It's your money and you are free to buy whatever works best for you. But to be honest, I believe that if your shooting ranges are reasonable for waterfowl (45 yards or less), you will be able to kill just about as many birds using 2 3/4 inch shells as you can with 3 inch or 3 1/2 inch shells. And unless you primarily pass shoot geese, you can kill them just as dead with 3 inch shells as you can with 3 1/2 inch using the appropriate sized shot - #1's or bigger. But that's just me.
:tea:


----------



## Pumpgunner (Jan 12, 2010)

I like to keep it simple-3" #2 Remington Nitro Steel for ducks and geese over decoys, and 3" Winchester Drylock BB's for geese and a 3rd shot when I could run into ducks and geese in the same hunt. Both loads are 1 1/4oz running at 1400fps. Sometimes I will use #4's for jump shooting and small pond hunting. All through a Remington 870 with the factory Mod choke. I'm jealous of you guys shooting the new A5's, I've really toyed with buying one the last few years but I can't bring myself to drop that kind of cash on a new gun, plus my 870 has been going strong for 10 seasons, all I've ever had to do is replace the factory extractor with a new stainless one. 
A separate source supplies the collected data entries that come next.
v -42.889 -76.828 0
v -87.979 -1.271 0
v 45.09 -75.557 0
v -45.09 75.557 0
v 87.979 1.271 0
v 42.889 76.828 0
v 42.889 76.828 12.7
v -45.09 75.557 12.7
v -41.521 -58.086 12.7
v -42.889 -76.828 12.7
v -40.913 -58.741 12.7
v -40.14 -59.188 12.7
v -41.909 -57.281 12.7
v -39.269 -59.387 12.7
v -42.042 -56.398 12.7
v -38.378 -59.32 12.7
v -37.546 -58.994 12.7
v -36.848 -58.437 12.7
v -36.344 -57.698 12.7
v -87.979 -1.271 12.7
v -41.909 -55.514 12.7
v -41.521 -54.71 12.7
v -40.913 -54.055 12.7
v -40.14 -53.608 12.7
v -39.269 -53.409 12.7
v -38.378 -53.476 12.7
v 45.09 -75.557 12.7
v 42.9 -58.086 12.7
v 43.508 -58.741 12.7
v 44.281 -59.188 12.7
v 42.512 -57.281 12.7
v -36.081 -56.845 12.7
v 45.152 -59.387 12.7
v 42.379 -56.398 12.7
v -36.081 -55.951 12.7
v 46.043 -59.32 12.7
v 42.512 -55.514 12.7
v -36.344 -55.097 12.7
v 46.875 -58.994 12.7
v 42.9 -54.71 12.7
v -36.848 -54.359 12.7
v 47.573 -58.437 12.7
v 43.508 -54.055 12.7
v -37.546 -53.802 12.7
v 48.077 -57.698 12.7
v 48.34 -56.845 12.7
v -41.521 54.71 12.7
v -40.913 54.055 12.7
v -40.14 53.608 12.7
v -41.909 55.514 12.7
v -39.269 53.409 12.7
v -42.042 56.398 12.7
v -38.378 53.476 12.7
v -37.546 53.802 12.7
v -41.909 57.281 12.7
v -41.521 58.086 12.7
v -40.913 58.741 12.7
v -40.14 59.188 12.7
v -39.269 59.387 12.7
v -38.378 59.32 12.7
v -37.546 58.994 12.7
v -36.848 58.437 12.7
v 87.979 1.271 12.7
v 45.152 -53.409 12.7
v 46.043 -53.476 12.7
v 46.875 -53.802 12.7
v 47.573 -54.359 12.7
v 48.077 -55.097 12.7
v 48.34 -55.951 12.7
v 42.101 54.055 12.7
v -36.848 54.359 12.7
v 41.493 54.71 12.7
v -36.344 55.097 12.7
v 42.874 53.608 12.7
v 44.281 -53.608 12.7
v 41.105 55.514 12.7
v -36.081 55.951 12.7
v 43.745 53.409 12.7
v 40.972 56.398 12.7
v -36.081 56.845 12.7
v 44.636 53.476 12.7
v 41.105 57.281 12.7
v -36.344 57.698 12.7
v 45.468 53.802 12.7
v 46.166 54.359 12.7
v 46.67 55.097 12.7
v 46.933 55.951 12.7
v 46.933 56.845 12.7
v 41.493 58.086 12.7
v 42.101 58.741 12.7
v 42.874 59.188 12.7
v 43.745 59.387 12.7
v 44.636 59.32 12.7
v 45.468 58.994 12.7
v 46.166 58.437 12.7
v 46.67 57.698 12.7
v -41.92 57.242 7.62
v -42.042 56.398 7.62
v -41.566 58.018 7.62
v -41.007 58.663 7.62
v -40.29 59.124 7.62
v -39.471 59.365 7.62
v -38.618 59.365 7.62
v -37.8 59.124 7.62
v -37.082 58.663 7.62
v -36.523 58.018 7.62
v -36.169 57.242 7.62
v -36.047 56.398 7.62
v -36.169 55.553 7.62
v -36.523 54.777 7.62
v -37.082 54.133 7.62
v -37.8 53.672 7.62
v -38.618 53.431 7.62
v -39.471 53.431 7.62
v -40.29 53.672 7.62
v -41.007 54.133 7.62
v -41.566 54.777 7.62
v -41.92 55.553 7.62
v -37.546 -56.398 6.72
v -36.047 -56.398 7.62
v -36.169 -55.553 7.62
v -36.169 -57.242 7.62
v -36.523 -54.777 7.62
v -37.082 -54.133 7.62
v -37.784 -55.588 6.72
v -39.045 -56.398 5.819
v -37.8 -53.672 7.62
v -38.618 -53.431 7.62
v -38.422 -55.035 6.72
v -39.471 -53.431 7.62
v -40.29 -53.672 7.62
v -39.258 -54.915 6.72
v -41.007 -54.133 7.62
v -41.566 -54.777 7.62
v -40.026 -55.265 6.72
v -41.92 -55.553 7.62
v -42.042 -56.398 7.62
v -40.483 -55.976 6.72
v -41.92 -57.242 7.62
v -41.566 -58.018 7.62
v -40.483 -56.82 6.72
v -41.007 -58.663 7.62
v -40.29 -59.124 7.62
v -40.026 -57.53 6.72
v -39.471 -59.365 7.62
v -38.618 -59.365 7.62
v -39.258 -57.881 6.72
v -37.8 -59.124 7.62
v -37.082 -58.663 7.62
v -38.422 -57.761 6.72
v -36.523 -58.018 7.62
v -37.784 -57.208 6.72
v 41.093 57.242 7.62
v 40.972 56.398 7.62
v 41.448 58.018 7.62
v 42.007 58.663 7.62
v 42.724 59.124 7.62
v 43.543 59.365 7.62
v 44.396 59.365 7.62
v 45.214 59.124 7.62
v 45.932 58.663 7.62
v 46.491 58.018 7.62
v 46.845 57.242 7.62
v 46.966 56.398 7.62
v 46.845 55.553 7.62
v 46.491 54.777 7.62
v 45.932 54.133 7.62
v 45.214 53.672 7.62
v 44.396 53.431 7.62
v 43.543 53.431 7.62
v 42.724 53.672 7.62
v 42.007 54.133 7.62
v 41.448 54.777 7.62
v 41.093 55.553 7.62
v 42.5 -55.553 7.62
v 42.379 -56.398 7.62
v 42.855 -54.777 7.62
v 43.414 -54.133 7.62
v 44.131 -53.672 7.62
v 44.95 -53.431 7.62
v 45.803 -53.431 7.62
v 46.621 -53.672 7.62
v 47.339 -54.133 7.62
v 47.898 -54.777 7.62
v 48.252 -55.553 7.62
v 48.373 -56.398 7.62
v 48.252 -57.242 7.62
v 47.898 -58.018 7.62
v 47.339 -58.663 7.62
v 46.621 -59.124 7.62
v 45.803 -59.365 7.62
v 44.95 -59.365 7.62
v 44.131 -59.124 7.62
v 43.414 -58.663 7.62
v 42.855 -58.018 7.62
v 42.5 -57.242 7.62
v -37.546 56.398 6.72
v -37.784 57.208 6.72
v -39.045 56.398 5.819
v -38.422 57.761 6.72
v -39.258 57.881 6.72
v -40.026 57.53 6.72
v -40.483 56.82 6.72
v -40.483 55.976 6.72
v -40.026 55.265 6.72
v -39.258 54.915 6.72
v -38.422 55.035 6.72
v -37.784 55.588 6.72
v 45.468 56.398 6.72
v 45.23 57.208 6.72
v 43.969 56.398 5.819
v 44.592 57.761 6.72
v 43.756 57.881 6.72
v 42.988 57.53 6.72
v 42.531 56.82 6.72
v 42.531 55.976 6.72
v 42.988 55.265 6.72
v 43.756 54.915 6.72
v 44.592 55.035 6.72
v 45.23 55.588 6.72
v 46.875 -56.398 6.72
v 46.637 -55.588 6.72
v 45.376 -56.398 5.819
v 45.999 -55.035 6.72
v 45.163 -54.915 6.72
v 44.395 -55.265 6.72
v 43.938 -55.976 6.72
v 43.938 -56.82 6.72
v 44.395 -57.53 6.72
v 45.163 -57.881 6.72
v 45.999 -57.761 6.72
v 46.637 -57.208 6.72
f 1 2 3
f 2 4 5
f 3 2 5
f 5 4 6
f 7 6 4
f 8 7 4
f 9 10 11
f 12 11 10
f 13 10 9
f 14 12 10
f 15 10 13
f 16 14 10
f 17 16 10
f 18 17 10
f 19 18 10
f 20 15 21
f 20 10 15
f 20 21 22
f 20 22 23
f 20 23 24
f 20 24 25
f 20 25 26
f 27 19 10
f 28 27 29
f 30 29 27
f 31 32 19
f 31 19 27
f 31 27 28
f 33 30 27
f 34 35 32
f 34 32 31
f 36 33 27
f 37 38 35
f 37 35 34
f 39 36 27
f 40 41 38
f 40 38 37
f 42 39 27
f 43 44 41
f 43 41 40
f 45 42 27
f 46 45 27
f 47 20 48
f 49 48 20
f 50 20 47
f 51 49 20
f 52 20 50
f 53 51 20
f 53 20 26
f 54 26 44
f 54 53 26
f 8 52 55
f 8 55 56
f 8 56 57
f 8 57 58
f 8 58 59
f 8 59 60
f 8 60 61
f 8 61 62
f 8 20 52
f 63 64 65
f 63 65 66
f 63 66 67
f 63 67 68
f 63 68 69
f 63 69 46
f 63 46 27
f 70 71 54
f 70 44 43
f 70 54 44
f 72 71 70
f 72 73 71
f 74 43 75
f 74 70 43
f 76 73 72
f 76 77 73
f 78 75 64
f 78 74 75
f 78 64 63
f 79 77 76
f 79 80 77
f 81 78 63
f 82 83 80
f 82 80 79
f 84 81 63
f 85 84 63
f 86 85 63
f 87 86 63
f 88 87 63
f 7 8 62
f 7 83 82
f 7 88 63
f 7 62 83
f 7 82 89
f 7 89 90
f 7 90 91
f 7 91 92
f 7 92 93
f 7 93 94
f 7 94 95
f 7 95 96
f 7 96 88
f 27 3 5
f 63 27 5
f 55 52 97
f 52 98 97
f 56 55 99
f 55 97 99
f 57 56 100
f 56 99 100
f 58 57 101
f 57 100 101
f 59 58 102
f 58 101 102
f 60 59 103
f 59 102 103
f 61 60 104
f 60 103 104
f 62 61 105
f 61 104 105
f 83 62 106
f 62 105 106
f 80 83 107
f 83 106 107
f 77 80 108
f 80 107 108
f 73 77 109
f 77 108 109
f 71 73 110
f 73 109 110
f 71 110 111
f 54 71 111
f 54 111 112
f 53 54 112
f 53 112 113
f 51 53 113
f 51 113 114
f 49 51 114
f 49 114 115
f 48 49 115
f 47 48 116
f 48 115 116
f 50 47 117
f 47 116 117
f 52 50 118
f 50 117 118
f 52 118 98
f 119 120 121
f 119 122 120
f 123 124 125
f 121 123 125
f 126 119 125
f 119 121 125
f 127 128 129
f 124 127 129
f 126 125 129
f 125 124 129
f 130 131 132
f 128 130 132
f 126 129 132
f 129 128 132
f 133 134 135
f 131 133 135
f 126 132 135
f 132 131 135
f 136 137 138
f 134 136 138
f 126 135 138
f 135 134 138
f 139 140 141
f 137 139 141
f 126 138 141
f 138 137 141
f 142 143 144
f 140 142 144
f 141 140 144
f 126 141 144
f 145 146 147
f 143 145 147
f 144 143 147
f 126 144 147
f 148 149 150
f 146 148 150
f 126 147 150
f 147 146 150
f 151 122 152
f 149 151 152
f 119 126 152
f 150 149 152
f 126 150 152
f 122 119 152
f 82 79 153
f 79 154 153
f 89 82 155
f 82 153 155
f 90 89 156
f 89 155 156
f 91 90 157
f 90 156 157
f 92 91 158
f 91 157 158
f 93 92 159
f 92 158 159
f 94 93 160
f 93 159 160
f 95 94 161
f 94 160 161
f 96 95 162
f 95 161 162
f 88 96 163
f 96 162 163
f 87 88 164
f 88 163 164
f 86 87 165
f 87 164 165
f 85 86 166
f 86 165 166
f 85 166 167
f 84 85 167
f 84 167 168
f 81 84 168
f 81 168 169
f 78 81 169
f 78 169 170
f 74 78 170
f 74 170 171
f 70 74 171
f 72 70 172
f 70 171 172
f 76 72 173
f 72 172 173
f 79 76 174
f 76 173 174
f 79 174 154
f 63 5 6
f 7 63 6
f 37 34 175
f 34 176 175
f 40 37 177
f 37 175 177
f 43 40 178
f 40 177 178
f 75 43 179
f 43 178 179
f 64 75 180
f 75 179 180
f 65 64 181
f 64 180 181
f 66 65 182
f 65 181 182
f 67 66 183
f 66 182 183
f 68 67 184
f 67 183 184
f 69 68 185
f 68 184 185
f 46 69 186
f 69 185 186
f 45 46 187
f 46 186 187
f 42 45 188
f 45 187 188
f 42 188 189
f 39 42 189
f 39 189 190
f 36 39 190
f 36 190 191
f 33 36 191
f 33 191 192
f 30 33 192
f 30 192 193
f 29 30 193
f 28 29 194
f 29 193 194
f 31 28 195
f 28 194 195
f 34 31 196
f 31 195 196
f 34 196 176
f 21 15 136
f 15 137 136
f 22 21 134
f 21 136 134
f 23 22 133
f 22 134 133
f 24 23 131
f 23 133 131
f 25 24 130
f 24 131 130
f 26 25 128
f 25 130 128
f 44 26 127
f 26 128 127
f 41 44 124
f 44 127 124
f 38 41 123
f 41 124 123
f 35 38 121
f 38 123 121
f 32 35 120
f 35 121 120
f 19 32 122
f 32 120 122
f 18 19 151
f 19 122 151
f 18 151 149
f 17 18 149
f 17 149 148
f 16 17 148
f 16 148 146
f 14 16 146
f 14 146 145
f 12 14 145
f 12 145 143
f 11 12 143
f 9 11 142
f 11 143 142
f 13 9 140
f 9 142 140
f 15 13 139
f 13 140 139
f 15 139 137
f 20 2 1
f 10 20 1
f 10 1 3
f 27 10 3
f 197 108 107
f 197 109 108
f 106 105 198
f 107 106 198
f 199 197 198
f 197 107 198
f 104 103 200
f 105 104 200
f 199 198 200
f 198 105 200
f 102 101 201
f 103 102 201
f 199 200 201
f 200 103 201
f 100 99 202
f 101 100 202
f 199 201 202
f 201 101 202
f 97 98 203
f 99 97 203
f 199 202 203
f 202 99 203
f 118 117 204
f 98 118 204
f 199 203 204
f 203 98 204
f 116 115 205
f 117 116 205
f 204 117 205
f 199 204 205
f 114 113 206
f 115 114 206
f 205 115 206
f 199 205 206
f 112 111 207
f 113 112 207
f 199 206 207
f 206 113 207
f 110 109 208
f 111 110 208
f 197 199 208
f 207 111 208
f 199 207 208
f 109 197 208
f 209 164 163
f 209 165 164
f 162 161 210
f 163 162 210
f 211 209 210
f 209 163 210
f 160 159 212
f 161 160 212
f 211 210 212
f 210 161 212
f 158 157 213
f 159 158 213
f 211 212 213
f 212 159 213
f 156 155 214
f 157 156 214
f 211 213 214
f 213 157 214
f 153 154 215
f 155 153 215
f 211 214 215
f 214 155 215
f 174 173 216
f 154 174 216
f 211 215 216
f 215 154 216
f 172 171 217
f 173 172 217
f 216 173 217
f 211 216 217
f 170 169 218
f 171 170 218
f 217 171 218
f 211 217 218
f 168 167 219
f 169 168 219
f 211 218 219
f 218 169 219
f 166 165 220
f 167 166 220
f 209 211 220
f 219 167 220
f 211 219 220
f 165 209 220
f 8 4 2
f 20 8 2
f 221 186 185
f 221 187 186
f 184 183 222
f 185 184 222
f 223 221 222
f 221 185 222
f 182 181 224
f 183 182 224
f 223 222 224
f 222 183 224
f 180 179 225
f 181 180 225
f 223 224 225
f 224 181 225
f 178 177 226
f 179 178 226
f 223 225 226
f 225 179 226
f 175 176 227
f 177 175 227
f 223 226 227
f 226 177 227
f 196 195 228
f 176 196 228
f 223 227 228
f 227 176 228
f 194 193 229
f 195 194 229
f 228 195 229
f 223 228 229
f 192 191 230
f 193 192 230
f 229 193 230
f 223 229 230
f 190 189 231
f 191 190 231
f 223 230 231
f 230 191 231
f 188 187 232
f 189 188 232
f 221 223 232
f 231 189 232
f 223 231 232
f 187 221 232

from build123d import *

# Parameters (mm, degrees)
F1_DEPTH = 12.7
F3_D     = 5.9944
F3_DEPTH = 5.08
F3_TIP   = 1.8008994473


with BuildPart() as f1:
    # F0 (on Top) → F1 (new body)
    with BuildSketch(Plane.XY):
        Polygon((45.0902102752, -75.5565545624), (87.979000811, 1.2709902791), (42.8887905359, 76.8275448415), (-45.0902102752, 75.5565545624), (-87.979000811, -1.2709902791), (-42.8887905359, -76.8275448415), align=None)
    extrude(amount=F1_DEPTH)

    # F3
    with Locations(Plane.XY.offset(12.7)):
        with Locations((-39.0446968377, 56.39789626), (43.9692549407, 56.39789626), (-39.0446968377, -56.39789626), (45.3762710094, -56.39789626)):
            Hole(F3_D / 2, depth=F3_DEPTH)
            with Locations((0, 0, -(F3_DEPTH + F3_TIP / 2))):  # 118° drill point
                Cone(0, F3_D / 2, F3_TIP, mode=Mode.SUBTRACT)


solid = f1.part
A few years ago I lucked into a few boxes of #2 Hevishot, that was my favorite goose load ever but these days you would about have to take out a small business loan to shoot that stuff.

Dubob-I think you will like the Hevi Metal for geese over decoys, I split a case of the #2 with a buddy when they were running a crazy rebate on them a few years ago. I've shot many a goose in the decoys with that load and it works pretty well, not sure if it's worth the extra cost over regular steel though. I have shot some speedball too, the #1's are a great goose load but again they cost a **** fortune!


----------



## CPAjeff (Dec 20, 2014)

JuniorPre 360 said:


> A cackler is on my bucket list! I want it mounted flying with a mallard.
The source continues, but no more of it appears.